How Did We Come to be Here? Adventures in Speech Pathology

 While this blog has been around for about 7 years now, I have to admit to being largely absent for the past couple of years. Life does have a habit of getting in the way.

This year I have managed to write a few posts, and I hope that families, in particular, have found it helpful to see the reprisals of posts about daily routines and the benefits of just “being” at home with your nonverbal child.

I thought, however, that I would take the opportunity to re-introduce myself to those of you who are newer here, or who haven’t hear my story before.  I took a rather circuitous route to speech-language pathology, although always with a laser focus on children with nonverbal autism.

When I was 10 years old I watched a documentary on television about a group of children at a special private residential school in Chicago who had what was then called childhood schizophrenia.  They had autism. They were nonverbal. They displayed a range of “difficult” behaviors that were thought then to be the result of cold and uncaring or unresponsive mothers. “Refrigerator mothers” was the term used. 

Way to take a devastating situation and bury it in guilt.

But that  was the 60’s and, fortunately, we have come a long way in our understanding of autism since then.

But, back to the story.  I determined even at that early age that I wanted to work with these children.
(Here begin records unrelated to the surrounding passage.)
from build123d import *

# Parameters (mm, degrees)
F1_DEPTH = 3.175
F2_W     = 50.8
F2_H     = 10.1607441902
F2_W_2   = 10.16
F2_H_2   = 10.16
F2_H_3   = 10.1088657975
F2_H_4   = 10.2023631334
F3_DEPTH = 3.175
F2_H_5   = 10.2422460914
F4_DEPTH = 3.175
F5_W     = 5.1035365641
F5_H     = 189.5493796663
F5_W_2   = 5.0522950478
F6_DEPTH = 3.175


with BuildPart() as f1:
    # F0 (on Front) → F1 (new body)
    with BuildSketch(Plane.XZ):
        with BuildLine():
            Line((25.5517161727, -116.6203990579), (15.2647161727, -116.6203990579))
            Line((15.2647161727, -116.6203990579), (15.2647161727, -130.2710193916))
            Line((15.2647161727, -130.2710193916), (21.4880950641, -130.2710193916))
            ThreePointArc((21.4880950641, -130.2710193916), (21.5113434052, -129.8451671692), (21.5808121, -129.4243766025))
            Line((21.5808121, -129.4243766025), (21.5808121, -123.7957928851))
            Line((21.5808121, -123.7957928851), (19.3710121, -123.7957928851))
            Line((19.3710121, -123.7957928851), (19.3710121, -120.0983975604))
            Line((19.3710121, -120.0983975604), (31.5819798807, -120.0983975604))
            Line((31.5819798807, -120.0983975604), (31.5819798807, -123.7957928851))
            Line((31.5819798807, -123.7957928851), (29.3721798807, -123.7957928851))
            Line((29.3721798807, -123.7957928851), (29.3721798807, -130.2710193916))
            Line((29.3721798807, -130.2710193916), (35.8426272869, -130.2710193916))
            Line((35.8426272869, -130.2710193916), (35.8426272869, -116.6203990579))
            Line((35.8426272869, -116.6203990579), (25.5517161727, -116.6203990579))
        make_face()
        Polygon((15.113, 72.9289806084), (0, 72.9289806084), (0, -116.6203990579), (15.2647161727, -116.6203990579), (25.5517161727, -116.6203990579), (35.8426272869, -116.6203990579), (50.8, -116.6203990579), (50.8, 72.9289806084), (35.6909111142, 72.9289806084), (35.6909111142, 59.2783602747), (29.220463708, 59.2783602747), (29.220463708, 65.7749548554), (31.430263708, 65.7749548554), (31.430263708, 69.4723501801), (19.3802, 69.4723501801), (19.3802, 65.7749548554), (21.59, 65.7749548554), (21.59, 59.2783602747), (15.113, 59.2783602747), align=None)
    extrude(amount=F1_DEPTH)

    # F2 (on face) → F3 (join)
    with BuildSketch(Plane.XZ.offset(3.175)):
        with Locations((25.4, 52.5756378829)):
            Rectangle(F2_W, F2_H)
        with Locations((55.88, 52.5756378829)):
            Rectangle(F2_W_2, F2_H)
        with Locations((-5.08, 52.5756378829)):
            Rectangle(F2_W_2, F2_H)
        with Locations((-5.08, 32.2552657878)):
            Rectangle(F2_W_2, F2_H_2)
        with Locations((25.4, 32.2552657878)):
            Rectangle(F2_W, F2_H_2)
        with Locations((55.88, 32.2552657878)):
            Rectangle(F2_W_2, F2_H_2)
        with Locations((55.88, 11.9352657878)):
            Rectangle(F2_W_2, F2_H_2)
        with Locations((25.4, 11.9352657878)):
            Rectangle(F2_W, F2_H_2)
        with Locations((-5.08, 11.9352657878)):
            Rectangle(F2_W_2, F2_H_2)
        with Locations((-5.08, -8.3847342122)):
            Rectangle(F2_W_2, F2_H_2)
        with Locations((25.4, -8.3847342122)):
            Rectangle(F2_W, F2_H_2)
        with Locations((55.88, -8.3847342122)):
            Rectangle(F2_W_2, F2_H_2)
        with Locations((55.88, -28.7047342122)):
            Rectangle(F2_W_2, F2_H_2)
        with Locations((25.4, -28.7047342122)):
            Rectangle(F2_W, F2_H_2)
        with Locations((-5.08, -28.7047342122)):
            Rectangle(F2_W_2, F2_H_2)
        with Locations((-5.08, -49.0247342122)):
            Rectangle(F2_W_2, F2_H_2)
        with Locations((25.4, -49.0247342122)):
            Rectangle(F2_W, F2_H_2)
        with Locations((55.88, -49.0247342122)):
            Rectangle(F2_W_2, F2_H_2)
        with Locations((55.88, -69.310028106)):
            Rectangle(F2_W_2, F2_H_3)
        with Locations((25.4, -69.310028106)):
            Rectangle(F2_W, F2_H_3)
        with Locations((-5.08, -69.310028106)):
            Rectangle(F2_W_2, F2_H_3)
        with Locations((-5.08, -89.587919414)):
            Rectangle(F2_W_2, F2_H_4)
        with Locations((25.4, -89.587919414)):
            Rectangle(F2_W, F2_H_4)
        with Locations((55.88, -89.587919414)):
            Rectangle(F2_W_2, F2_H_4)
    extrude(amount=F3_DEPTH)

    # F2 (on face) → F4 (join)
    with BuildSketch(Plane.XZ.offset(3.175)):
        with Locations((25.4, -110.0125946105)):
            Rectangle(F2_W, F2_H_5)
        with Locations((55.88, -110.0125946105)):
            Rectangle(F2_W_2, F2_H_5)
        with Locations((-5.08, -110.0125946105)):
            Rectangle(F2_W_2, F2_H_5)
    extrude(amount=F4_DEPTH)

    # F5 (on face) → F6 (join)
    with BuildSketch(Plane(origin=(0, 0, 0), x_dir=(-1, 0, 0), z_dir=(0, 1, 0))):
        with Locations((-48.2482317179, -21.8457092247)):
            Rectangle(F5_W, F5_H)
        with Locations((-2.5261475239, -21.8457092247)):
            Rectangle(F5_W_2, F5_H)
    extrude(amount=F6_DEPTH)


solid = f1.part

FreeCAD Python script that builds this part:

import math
import FreeCAD as App
import Part
import Sketcher
Q = App.Units.Quantity


def add_polygon(sketch, points):
    """Adds a closed chain of lines whose ends are joined by coincident constraints."""
    first, n = sketch.GeometryCount, len(points)
    for a, b in zip(points, points[1:] + points[:1]):
        sketch.addGeometry(Part.LineSegment(App.Vector(*a, 0), App.Vector(*b, 0)), False)
    for i in range(n):
        sketch.addConstraint(Sketcher.Constraint("Coincident", first + i, 2, first + (i + 1) % n, 1))

doc = App.newDocument("Part")
params = doc.addObject("Spreadsheet::Sheet", "Params")
for row, (alias, value) in enumerate([
    ("sketch1_width", "0.087 in"),
    ("sketch1_width2", "0.255 in"),
    ("sketch1_width3", "0.595 in"),
    ("pad1_length", "0.125 in"),
    ("sketch2_width", "2.8 in"),
    ("sketch2_height", "0.4 in"),
    ("pad2_length", "0.125 in"),
    ("sketch3_width", "2.8 in"),
    ("pad3_length", "0.125 in"),
    ("pad4_length", "0.125 in"),
], start=1):
    params.set(f"A{row}", alias)
    params.set(f"B{row}", "=" + value)
    params.setAlias(f"B{row}", alias)

body = doc.addObject("PartDesign::Body", "Body")

# Sketch on XZ plane
sketch1 = body.newObject("Sketcher::SketchObject", "Sketch")
sketch1.AttachmentSupport = (doc.getObject("XZ_Plane"), [""])
sketch1.MapMode = "FlatFace"
sketch1.addGeometry([
    Part.LineSegment(App.Vector(15.264716, -116.620399, 0), App.Vector(15.264716, -130.271019, 0)),  # 0
    Part.LineSegment(App.Vector(15.264716, -130.271019, 0), App.Vector(21.488095, -130.271019, 0)),  # 1
    Part.ArcOfCircle(Part.Circle(App.Vector(25.4, -130.271019, 0), App.Vector(0, 0, 1), 3.911905), math.radians(167.500726), math.radians(180)),  # 2
    Part.LineSegment(App.Vector(21.580812, -129.424377, 0), App.Vector(21.580812, -123.795793, 0)),  # 3
    Part.LineSegment(App.Vector(21.580812, -123.795793, 0), App.Vector(19.371012, -123.795793, 0)),  # 4
    Part.LineSegment(App.Vector(19.371012, -123.795793, 0), App.Vector(19.371012, -120.098398, 0)),  # 5
    Part.LineSegment(App.Vector(19.371012, -120.098398, 0), App.Vector(31.58198, -120.098398, 0)),  # 6
    Part.LineSegment(App.Vector(31.58198, -120.098398, 0), App.Vector(31.58198, -123.795793, 0)),  # 7
    Part.LineSegment(App.Vector(31.58198, -123.795793, 0), App.Vector(29.37218, -123.795793, 0)),  # 8
    Part.LineSegment(App.Vector(29.37218, -123.795793, 0), App.Vector(29.37218, -130.271019, 0)),  # 9
    Part.LineSegment(App.Vector(29.37218, -130.271019, 0), App.Vector(35.842627, -130.271019, 0)),  # 10
    Part.LineSegment(App.Vector(35.842627, -130.271019, 0), App.Vector(35.842627, -116.620399, 0)),  # 11
    Part.LineSegment(App.Vector(35.842627, -116.620399, 0), App.Vector(50.8, -116.620399, 0)),  # 12
    Part.LineSegment(App.Vector(50.8, -116.620399, 0), App.Vector(50.8, 72.928981, 0)),  # 13
    Part.LineSegment(App.Vector(50.8, 72.928981, 0), App.Vector(35.690911, 72.928981, 0)),  # 14
    Part.LineSegment(App.Vector(35.690911, 72.928981, 0), App.Vector(35.690911, 59.27836, 0)),  # 15
    Part.LineSegment(App.Vector(35.690911, 59.27836, 0), App.Vector(29.220464, 59.27836, 0)),  # 16
    Part.LineSegment(App.Vector(29.220464, 59.27836, 0), App.Vector(29.220464, 65.774955, 0)),  # 17
    Part.LineSegment(App.Vector(29.220464, 65.774955, 0), App.Vector(31.430264, 65.774955, 0)),  # 18
    Part.LineSegment(App.Vector(31.430264, 65.774955, 0), App.Vector(31.430264, 69.47235, 0)),  # 19
    Part.LineSegment(App.Vector(31.430264, 69.47235, 0), App.Vector(19.3802, 69.47235, 0)),  # 20
    Part.LineSegment(App.Vector(19.3802, 69.47235, 0), App.Vector(19.3802, 65.774955, 0)),  # 21
    Part.LineSegment(App.Vector(19.3802, 65.774955, 0), App.Vector(21.59, 65.774955, 0)),  # 22
    Part.LineSegment(App.Vector(21.59, 65.774955, 0), App.Vector(21.59, 59.27836, 0)),  # 23
    Part.LineSegment(App.Vector(21.59, 59.27836, 0), App.Vector(15.113, 59.27836, 0)),  # 24
    Part.LineSegment(App.Vector(15.113, 59.27836, 0), App.Vector(15.113, 72.928981, 0)),  # 25
    Part.LineSegment(App.Vector(15.113, 72.928981, 0), App.Vector(0, 72.928981, 0)),  # 26
    Part.LineSegment(App.Vector(0, 72.928981, 0), App.Vector(0, -116.620399, 0)),  # 27
    Part.LineSegment(App.Vector(0, -116.620399, 0), App.Vector(15.264716, -116.620399, 0)),  # 28
], False)
sketch1.addConstraint([
    Sketcher.Constraint("Coincident", 0, 2, 1, 1),
    Sketcher.Constraint("Coincident", 1, 2, 2, 2),
    Sketcher.Constraint("Coincident", 2, 1, 3, 1),
    Sketcher.Constraint("Coincident", 3, 2, 4, 1),
    Sketcher.Constraint("Coincident", 4, 2, 5, 1),
    Sketcher.Constraint("Coincident", 5, 2, 6, 1),
    Sketcher.Constraint("Coincident", 6, 2, 7, 1),
    Sketcher.Constraint("Coincident", 7, 2, 8, 1),
    Sketcher.Constraint("Coincident", 8, 2, 9, 1),
    Sketcher.Constraint("Coincident", 9, 2, 10, 1),
    Sketcher.Constraint("Coincident", 10, 2, 11, 1),
    Sketcher.Constraint("Coincident", 11, 2, 12, 1),
    Sketcher.Constraint("Coincident", 12, 2, 13, 1),
    Sketcher.Constraint("Coincident", 13, 2, 14, 1),
    Sketcher.Constraint("Coincident", 14, 2, 15, 1),
    Sketcher.Constraint("Coincident", 15, 2, 16, 1),
    Sketcher.Constraint("Coincident", 16, 2, 17, 1),
    Sketcher.Constraint("Coincident", 17, 2, 18, 1),
    Sketcher.Constraint("Coincident", 18, 2, 19, 1),
    Sketcher.Constraint("Coincident", 19, 2, 20, 1),
    Sketcher.Constraint("Coincident", 20, 2, 21, 1),
    Sketcher.Constraint("Coincident", 21, 2, 22, 1),
    Sketcher.Constraint("Coincident", 22, 2, 23, 1),
    Sketcher.Constraint("Coincident", 23, 2, 24, 1),
    Sketcher.Constraint("Coincident", 24, 2, 25, 1),
    Sketcher.Constraint("Coincident", 25, 2, 26, 1),
    Sketcher.Constraint("Coincident", 26, 2, 27, 1),
    Sketcher.Constraint("Coincident", 27, 2, 28, 1),
    Sketcher.Constraint("Coincident", 28, 2, 0, 1),
    Sketcher.Constraint("Vertical", 0),
    Sketcher.Constraint("Horizontal", 1),
    Sketcher.Constraint("Vertical", 3),
    Sketcher.Constraint("Horizontal", 4),
    Sketcher.Constraint("Vertical", 5),
    Sketcher.Constraint("Horizontal", 6),
    Sketcher.Constraint("Vertical", 7),
    Sketcher.Constraint("Horizontal", 8),
    Sketcher.Constraint("Vertical", 9),
    Sketcher.Constraint("Horizontal", 10),
    Sketcher.Constraint("Vertical", 11),
    Sketcher.Constraint("Horizontal", 12),
    Sketcher.Constraint("Vertical", 13),
    Sketcher.Constraint("Horizontal", 14),
    Sketcher.Constraint("Vertical", 15),
    Sketcher.Constraint("Horizontal", 16),
    Sketcher.Constraint("Vertical", 17),
    Sketcher.Constraint("Horizontal", 18),
    Sketcher.Constraint("Vertical", 19),
    Sketcher.Constraint("Horizontal", 20),
    Sketcher.Constraint("Vertical", 21),
    Sketcher.Constraint("Horizontal", 22),
    Sketcher.Constraint("Vertical", 23),
    Sketcher.Constraint("Horizontal", 24),
    Sketcher.Constraint("Vertical", 25),
    Sketcher.Constraint("Horizontal", 26),
    Sketcher.Constraint("Vertical", 27),
    Sketcher.Constraint("Horizontal", 28),
    Sketcher.Constraint("PointOnObject", 26, 2, -2),
    Sketcher.Constraint("Horizontal", 2, 3, 0, 2),
    Sketcher.Constraint("Horizontal", 4, 2, 7, 2),
    Sketcher.Constraint("Horizontal", 1, 2, 9, 2),
    Sketcher.Constraint("Horizontal", 18, 2, 21, 2),
    Sketcher.Constraint("Horizontal", 16, 2, 23, 2),
    Sketcher.Constraint("Horizontal", 14, 2, 25, 2),
    Sketcher.Constraint("Horizontal", 12, 2, 27, 2),
    Sketcher.Constraint("Equal", 4, 8),
    Sketcher.Constraint("Equal", 10, 16),
    Sketcher.Constraint("Equal", 8, 18),
    Sketcher.Constraint("Equal", 18, 22),
    Sketcher.Constraint("Equal", 11, 15),
    Sketcher.Constraint("Equal", 7, 19),
    Sketcher.Constraint("DistanceX", -1, 1, 2, 3, Q("1 in")),
    Sketcher.Constraint("DistanceX", -1, 1, 12, 2, Q("2 in")),
    Sketcher.Constraint("DistanceX", 4, 2, 4, 1, Q("0.087 in")),
    Sketcher.Constraint("DistanceX", 24, 2, 24, 1, Q("0.255 in")),
    Sketcher.Constraint("DistanceX", 26, 2, 26, 1, Q("0.595 in")),
    Sketcher.Constraint("Radius", 2, Q("3.911905 mm")),
    Sketcher.Constraint("DistanceX", 1, 1, 1, 2, Q("6.223379 mm")),
    Sketcher.Constraint("DistanceX", 14, 2, 14, 1, Q("15.109089 mm")),
    Sketcher.Constraint("DistanceY", 0, 2, 0, 1, Q("13.65062 mm")),
    Sketcher.Constraint("DistanceY", 13, 1, 13, 2, Q("189.54938 mm")),
    Sketcher.Constraint("DistanceY", 11, 2, -1, 1, Q("116.620399 mm")),
    Sketcher.Constraint("DistanceY", 6, 2, 11, 2, Q("3.477999 mm")),
    Sketcher.Constraint("DistanceX", 5, 2, 14, 2, Q("16.319899 mm")),
    Sketcher.Constraint("DistanceX", 6, 1, 6, 2, Q("12.210968 mm")),
    Sketcher.Constraint("DistanceX", 10, 1, 10, 2, Q("6.470447 mm")),
    Sketcher.Constraint("DistanceY", 3, 1, 3, 2, Q("5.628584 mm")),
    Sketcher.Constraint("DistanceY", 17, 1, 17, 2, Q("6.496595 mm")),
])
sketch1.setExpression("Constraints[73]", "Params.sketch1_width")
sketch1.setExpression("Constraints[74]", "Params.sketch1_width2")
sketch1.setExpression("Constraints[75]", "Params.sketch1_width3")
pad1 = body.newObject("PartDesign::Pad", "Pad")
pad1.Profile = sketch1
pad1.setExpression("Length", "Params.pad1_length")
I was fascinated and absolutely hooked.  So, I set about finding what I thought was the best program in undergraduate psychology that I could and headed for college.

Somewhere along the way, however, school had lost its appeal for me.  Mostly, I was bored, and the thought of hanging around through a Ph.D. seemed….. well, tedious. So I hoped to find a school where I could spend some time working with these children for a while as a break in between.  I had done some of that in college and loved it.

Timing is everything in life, right?  Mine was off.  Just as I graduated from college we passed PL94-142, otherwise known as the special education law.  Private programs now fell under the purview of public school districts, all of whom had their own staff, none of whom was anxious to hire a 19 year old college graduate with a psych major and special ed minor.

So, while mulling my options I signed up to be a substitute special education teacher.  Unfortunately, in my big city home town, some of those classrooms were homes less to special education students and more to underprivileged students tired of being called “dumb.”  It was an eye-opener for sure, but not what I had in mind at all.

So, what to do? I thought I’d look at special education graduate programs instead. At the time, there were exactly 5 in the country that offered a specialty in autism.  My first choice turned out to be a poor location. As in, I couldn’t find anywhere to live that I could actually afford. Nowhere.

Second choice turned out to be absolutely awful. I spent a semester learning….. nothing. Not a single thing.  But I was not going to move yet again.  Both moves had sent me in wildly different and far-flung directions.

So this time, I thought about what it was I was doing with the children I was working with and what my options were for getting the education I needed.

Another school in the same city offered a program in speech pathology. What I was actually doing with these autistic children was teaching them to communicate. We spent a lot of time teaching signs for communication. So…. I knocked on the door and was actually invited in without fuss or bother.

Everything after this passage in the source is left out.